Exercise prompt ->
Once you find the line with "extrude(amount=BOSS_EXTRUDE1_DEPTH)" in the data that follows, repeat it and every line after it exactly, through the line with "# FreeCAD 1.0 macro for this part".

Recorded data
◇ ◇ ◇ ◇
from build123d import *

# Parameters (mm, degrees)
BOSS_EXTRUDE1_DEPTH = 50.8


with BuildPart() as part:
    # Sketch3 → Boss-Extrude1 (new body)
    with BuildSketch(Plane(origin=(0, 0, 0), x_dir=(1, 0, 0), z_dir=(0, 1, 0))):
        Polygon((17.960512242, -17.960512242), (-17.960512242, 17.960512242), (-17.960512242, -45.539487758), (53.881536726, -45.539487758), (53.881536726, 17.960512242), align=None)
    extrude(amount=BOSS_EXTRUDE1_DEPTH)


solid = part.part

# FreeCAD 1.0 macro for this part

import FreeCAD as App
import Part
import Sketcher
Q = App.Units.Quantity

doc = App.newDocument("Part")
body = doc.addObject("PartDesign::Body", "Body")

sketch1 = body.newObject("Sketcher::SketchObject", "Sketch")
sketch1.AttachmentSupport = (doc.getObject("XZ_Plane"), [""])
sketch1.MapMode = "FlatFace"
sketch1.addGeometry([
    Part.LineSegment(App.Vector(18, 18, 0), App.Vector(-18, -18, 0)),
    Part.LineSegment(App.Vector(-18, -18, 0), App.Vector(-18, 46, 0)),
    Part.LineSegment(App.Vector(-18, 46, 0), App.Vector(54, 46, 0)),
    Part.LineSegment(App.Vector(54, 46, 0), App.Vector(54, -18, 0)),
    Part.LineSegment(App.Vector(54, -18, 0), App.Vector(18, 18, 0)),
], False)
sketch1.addConstraint([
    Sketcher.Constraint("Coincident", 0, 2, 1, 1),
    Sketcher.Constraint("Coincident", 1, 2, 2, 1),
    Sketcher.Constraint("Coincident", 2, 2, 3, 1),
    Sketcher.Constraint("Coincident", 3, 2, 4, 1),
    Sketcher.Constraint("Coincident", 4, 2, 0, 1),
    Sketcher.Constraint("Vertical", 1),
    Sketcher.Constraint("Horizontal", 2),
    Sketcher.Constraint("Vertical", 3),
    Sketcher.Constraint("Symmetric", 0, 2, 4, 2, -1, 1),
    Sketcher.Constraint("Perpendicular", 0, 4),
    Sketcher.Constraint("Horizontal", 0, 2, 3, 2),
    Sketcher.Constraint("Equal", 0, 4),
    Sketcher.Constraint("Distance", 0, Q("2 in")),
    Sketcher.Constraint("DistanceY", 1, 1, 1, 2, Q("2.5 in")),
])
pad1 = body.newObject("PartDesign::Pad", "Pad")
pad1.Profile = sketch1
pad1.Length = Q("2 in")
pad1.Reversed = True

doc.recompute()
◇ ◇ ◇ ◇
Answer for this exercise ->
    extrude(amount=BOSS_EXTRUDE1_DEPTH)


solid = part.part

# FreeCAD 1.0 macro for this part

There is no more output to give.